▶ WHAT YOU NEED TO DO: All that should be output is the block of lines below from the line with "e10 v9 v10 LINE" to the line with "e12 v11 v12 LINE", both included, exactly as written.

▶ PROVIDED DATA:
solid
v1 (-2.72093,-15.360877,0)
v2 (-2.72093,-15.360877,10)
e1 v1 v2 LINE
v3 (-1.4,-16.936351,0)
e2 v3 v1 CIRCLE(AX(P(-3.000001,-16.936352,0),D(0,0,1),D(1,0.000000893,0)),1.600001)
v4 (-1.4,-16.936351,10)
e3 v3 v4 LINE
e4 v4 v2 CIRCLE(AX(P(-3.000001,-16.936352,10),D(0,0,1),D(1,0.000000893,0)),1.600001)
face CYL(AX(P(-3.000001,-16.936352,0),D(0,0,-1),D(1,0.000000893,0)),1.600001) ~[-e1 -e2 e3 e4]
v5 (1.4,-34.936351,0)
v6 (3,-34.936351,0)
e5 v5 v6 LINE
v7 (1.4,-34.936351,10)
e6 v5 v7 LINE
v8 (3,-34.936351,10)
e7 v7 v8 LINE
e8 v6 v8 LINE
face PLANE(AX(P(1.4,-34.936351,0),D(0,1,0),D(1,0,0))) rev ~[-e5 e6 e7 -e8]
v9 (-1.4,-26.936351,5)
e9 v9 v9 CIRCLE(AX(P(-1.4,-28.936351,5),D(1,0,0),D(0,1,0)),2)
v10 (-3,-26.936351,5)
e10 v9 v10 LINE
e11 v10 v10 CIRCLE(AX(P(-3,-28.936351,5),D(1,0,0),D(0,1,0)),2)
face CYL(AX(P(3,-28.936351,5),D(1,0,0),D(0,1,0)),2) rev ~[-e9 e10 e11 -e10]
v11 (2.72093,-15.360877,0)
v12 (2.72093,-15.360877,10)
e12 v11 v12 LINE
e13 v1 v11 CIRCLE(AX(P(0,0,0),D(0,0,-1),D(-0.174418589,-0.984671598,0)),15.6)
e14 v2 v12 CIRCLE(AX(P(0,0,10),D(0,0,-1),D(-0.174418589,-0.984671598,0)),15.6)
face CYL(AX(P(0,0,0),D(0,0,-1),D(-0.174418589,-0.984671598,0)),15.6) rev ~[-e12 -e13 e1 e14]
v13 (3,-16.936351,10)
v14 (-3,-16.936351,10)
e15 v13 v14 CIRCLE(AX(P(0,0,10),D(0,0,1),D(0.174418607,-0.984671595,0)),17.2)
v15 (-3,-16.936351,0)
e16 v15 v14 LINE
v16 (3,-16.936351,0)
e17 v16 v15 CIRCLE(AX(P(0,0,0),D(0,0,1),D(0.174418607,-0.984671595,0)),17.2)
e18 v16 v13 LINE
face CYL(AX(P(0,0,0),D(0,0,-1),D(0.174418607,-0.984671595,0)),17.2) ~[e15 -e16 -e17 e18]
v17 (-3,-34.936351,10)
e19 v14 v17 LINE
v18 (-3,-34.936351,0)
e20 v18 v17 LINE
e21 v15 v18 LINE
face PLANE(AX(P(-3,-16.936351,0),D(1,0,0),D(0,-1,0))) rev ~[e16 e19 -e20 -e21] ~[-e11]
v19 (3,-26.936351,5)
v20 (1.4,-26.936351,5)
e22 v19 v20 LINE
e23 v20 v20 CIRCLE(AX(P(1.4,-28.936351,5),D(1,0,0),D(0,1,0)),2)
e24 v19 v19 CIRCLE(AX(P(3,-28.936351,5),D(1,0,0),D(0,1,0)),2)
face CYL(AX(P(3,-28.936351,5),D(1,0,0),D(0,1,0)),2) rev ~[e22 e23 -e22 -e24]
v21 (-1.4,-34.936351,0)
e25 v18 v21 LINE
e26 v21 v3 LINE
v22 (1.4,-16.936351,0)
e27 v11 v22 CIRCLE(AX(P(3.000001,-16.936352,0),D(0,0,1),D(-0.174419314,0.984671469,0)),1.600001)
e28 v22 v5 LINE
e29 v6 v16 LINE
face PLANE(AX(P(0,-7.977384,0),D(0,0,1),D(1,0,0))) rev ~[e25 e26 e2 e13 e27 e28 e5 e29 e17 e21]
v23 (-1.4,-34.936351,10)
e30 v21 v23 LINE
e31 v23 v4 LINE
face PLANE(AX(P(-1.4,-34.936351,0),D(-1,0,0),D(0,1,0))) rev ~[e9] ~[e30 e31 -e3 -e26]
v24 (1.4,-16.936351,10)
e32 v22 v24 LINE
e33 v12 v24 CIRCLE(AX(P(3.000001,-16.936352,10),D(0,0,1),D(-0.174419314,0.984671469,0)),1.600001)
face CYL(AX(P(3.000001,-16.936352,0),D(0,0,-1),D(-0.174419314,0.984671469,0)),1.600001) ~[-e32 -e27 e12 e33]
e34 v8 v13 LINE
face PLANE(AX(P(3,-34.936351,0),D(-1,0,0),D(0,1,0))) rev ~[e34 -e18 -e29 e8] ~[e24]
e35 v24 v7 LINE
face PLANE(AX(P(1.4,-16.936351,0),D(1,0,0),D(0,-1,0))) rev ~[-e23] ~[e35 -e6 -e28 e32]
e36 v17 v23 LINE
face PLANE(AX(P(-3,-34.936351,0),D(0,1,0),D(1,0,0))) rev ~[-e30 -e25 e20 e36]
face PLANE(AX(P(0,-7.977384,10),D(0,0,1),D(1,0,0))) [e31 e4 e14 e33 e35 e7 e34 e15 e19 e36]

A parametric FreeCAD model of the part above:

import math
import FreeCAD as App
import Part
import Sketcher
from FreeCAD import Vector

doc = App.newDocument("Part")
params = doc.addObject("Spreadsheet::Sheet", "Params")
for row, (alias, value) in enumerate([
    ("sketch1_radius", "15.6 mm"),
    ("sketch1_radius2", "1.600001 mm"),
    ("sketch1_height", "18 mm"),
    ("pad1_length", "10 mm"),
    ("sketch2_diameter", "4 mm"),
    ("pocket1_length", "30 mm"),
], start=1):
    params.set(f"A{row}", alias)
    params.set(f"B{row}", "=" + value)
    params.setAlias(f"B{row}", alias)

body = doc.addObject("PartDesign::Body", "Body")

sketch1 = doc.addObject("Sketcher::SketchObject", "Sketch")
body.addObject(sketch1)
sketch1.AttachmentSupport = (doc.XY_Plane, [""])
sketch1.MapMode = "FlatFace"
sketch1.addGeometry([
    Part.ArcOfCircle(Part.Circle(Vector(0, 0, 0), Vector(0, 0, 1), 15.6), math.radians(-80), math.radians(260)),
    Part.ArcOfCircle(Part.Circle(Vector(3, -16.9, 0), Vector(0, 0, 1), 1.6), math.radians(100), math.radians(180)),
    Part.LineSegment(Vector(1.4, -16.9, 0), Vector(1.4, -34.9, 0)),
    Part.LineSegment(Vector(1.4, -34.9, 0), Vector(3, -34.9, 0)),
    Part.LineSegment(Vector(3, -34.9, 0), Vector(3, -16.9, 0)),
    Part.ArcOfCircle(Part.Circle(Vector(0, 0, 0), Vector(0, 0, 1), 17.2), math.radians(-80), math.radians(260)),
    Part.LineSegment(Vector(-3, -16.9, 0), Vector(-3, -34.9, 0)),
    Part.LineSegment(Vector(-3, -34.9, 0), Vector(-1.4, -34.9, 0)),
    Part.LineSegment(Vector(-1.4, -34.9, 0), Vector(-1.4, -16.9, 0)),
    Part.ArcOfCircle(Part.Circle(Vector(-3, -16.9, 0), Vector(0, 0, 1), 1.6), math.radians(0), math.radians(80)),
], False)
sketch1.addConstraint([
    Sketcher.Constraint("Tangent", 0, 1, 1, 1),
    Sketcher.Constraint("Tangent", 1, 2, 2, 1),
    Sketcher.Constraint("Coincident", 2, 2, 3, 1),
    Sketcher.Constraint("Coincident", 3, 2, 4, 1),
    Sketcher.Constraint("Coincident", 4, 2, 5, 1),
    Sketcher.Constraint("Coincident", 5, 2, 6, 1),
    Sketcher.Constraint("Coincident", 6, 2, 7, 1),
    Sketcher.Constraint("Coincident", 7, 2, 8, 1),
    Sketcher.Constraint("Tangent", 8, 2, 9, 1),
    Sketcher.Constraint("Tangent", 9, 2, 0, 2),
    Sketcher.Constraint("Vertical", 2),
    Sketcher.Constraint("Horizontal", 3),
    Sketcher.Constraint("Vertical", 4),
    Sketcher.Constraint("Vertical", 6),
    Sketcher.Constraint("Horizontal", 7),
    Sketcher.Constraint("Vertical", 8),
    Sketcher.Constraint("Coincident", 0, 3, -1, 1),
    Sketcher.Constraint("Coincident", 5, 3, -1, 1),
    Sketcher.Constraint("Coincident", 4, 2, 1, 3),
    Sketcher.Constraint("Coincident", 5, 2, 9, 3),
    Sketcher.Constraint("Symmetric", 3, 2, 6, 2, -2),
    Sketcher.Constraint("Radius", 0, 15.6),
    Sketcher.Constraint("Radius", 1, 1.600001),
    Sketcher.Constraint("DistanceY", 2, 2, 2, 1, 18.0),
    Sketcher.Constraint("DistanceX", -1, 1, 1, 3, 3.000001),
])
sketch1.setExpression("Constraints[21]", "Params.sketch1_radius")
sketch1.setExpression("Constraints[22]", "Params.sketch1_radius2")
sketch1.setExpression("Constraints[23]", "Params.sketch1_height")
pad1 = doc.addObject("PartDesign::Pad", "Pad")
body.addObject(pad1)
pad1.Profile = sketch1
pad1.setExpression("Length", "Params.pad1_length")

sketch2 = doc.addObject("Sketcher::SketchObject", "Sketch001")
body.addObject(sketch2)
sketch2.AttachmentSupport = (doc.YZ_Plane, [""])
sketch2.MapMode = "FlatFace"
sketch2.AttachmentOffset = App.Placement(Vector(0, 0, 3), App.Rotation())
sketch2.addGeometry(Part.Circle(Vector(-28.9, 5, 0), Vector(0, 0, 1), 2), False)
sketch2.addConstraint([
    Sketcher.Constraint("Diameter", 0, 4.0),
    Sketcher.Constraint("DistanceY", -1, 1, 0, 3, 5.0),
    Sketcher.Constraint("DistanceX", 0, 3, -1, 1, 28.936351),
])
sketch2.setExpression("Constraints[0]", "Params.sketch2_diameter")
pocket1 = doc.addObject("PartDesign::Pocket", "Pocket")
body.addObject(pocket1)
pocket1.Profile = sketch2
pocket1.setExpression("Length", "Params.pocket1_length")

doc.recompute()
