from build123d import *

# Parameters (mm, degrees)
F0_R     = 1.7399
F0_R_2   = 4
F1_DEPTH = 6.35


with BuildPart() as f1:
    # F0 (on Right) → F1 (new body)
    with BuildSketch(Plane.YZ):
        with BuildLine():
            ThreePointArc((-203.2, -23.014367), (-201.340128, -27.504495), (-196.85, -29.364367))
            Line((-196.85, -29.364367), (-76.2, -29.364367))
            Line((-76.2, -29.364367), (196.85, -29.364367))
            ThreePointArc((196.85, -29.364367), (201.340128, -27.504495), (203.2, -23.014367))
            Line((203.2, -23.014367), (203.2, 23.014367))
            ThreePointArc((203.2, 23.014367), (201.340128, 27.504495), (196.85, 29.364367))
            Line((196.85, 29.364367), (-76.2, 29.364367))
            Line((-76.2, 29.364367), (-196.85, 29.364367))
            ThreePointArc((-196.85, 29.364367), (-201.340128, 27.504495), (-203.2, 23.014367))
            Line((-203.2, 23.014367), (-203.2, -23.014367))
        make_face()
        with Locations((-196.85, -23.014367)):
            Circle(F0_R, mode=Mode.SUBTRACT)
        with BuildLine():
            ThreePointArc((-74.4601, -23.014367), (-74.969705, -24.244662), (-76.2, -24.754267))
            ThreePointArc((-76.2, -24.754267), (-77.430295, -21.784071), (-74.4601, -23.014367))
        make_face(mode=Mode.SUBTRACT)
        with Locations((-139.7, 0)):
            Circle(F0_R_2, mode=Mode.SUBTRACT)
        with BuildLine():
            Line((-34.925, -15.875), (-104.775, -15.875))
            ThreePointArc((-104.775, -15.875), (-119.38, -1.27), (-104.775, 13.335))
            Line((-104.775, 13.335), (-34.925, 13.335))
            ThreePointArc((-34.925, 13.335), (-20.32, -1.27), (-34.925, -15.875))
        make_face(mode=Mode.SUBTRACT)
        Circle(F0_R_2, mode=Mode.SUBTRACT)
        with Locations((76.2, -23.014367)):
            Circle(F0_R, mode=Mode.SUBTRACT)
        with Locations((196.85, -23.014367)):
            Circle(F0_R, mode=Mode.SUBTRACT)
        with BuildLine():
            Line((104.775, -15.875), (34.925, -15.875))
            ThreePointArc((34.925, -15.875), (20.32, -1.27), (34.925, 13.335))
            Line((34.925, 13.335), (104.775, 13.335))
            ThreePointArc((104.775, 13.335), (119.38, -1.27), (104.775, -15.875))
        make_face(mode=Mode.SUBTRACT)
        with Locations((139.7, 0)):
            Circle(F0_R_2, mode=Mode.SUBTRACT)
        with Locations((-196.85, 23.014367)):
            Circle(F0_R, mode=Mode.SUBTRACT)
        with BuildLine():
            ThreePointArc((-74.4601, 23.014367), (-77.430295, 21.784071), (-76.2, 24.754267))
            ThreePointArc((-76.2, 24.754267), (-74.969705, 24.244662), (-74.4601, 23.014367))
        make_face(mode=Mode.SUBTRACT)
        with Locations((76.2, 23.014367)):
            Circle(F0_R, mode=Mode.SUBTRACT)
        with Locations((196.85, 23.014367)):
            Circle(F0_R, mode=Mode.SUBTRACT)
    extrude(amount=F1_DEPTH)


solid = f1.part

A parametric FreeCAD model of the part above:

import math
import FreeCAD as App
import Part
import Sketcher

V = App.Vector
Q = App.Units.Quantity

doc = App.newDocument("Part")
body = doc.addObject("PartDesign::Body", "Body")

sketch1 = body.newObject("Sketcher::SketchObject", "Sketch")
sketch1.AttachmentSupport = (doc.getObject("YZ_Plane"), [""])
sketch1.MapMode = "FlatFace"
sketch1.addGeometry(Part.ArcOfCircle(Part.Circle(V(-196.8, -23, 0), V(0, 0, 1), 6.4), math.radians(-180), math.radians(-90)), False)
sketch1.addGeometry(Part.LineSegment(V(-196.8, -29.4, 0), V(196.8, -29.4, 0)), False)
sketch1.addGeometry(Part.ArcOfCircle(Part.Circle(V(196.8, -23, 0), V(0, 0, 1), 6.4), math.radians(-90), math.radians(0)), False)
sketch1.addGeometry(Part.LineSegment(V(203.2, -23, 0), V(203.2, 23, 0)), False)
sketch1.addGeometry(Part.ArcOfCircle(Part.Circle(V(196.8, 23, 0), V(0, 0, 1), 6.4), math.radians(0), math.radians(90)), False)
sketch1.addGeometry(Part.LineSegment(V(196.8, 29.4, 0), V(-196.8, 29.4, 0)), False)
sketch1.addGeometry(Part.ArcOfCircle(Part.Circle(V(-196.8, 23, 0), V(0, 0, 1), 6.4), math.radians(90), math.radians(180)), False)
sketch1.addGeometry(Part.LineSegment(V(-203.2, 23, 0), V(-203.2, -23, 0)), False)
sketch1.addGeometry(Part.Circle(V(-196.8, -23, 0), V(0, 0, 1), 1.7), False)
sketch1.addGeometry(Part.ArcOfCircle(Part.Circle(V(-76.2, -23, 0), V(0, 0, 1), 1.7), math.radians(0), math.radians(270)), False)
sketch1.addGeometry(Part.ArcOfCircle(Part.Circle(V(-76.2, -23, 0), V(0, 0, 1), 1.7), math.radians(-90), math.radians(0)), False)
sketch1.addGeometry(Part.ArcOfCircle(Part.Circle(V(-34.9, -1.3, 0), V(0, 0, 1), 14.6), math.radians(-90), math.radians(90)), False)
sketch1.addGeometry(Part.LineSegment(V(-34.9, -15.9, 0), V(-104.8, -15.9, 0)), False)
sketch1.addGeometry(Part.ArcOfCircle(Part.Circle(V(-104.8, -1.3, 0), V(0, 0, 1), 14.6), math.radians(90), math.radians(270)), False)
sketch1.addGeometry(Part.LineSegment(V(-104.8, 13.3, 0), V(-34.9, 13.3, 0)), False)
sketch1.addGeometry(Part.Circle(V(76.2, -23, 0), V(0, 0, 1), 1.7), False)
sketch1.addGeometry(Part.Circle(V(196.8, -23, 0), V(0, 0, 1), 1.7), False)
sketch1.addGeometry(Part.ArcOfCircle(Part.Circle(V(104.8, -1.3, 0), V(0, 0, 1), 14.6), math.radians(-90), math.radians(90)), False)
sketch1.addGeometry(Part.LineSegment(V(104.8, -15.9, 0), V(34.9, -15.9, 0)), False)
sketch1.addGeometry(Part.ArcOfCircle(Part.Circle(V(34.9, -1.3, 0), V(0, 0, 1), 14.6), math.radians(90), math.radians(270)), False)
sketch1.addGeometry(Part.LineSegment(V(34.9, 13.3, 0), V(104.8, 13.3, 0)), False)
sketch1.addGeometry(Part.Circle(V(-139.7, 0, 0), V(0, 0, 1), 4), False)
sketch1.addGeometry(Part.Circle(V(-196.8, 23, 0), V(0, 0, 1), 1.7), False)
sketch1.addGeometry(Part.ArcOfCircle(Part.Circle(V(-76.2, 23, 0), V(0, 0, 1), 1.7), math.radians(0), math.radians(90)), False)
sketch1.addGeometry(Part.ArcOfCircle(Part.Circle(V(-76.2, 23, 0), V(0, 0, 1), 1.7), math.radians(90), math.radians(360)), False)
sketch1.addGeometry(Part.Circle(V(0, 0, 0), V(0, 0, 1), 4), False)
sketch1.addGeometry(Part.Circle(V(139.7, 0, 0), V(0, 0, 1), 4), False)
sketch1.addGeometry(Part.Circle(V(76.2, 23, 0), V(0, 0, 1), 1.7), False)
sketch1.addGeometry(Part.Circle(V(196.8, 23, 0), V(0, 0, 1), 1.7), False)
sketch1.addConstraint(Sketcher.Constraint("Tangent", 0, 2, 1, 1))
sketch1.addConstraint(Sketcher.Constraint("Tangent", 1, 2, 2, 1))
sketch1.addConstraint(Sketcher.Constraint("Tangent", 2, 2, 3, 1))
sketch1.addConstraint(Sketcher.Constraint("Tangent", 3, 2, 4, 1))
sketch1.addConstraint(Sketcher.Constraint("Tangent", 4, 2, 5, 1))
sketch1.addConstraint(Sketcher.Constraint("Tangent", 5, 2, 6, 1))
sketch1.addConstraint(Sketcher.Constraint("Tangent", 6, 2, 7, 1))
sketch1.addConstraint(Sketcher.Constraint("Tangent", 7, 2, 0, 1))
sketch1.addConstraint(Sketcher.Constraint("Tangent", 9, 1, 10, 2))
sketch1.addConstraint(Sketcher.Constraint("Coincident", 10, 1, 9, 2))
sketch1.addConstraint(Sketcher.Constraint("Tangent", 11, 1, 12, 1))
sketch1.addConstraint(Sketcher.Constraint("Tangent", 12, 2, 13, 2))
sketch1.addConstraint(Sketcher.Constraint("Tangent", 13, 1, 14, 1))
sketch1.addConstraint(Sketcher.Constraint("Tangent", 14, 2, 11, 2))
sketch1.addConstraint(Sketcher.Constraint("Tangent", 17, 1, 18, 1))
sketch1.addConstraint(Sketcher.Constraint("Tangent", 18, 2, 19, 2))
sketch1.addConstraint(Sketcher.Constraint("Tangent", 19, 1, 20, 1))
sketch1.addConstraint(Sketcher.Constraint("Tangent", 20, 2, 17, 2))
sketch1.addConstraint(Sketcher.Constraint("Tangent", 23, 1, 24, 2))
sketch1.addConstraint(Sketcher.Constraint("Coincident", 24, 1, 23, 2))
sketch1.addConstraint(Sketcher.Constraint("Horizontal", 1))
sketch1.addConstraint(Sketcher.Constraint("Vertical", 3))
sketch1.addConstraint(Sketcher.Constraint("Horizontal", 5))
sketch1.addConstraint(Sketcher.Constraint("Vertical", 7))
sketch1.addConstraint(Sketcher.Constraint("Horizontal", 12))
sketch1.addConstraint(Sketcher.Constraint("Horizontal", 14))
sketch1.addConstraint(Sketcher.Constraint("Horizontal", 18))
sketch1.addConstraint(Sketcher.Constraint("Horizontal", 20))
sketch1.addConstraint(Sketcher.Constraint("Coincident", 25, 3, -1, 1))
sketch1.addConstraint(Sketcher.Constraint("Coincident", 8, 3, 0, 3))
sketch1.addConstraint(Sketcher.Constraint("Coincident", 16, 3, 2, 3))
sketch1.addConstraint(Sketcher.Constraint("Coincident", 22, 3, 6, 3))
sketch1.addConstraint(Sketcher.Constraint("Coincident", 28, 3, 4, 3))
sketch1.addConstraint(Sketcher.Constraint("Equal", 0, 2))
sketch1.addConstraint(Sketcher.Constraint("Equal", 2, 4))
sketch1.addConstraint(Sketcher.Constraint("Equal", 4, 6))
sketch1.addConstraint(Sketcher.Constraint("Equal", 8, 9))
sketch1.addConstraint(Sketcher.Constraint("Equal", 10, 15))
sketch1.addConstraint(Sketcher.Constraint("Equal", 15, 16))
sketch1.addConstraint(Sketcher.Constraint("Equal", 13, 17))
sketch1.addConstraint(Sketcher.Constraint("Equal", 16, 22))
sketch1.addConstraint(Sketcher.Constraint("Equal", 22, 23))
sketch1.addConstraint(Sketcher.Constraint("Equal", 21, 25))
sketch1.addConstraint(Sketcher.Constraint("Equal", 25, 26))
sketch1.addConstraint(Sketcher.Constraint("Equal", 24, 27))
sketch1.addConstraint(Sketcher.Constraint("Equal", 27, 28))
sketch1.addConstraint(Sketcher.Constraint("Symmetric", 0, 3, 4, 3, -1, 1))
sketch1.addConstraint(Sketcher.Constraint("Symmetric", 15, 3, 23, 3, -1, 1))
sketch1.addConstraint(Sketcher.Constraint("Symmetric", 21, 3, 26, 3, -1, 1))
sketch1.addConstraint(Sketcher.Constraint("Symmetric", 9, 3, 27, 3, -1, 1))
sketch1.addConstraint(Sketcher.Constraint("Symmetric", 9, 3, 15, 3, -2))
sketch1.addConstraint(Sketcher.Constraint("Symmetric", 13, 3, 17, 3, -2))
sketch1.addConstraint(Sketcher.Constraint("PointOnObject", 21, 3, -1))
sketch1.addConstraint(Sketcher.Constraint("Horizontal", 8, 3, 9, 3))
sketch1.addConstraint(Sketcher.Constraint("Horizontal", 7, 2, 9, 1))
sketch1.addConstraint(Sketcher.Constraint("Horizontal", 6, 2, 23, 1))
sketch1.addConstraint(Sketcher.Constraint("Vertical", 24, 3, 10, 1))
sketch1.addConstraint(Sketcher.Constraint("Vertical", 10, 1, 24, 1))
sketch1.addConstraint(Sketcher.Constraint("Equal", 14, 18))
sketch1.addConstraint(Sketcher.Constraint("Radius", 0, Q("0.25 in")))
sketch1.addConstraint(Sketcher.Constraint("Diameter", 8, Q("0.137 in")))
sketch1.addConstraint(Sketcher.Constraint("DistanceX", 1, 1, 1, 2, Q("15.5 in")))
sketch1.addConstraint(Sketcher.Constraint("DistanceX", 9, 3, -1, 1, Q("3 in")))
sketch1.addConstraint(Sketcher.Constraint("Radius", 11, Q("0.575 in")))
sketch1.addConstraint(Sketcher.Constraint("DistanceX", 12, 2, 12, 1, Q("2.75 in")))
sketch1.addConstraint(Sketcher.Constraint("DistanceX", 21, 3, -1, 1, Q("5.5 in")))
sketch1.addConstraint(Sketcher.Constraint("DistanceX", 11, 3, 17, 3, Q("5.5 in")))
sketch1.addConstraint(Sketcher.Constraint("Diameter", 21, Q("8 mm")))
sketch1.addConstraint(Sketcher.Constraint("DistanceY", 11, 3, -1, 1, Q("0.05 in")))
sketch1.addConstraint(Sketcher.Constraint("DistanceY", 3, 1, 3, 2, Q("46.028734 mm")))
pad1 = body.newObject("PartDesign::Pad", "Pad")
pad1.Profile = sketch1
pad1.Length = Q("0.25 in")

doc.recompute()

▶ EXERCISE OUTPUT:
e10 v9 v10 LINE
e11 v10 v10 CIRCLE(AX(P(-3,-28.936351,5),D(1,0,0),D(0,1,0)),2)
face CYL(AX(P(3,-28.936351,5),D(1,0,0),D(0,1,0)),2) rev ~[-e9 e10 e11 -e10]
v11 (2.72093,-15.360877,0)
v12 (2.72093,-15.360877,10)
e12 v11 v12 LINE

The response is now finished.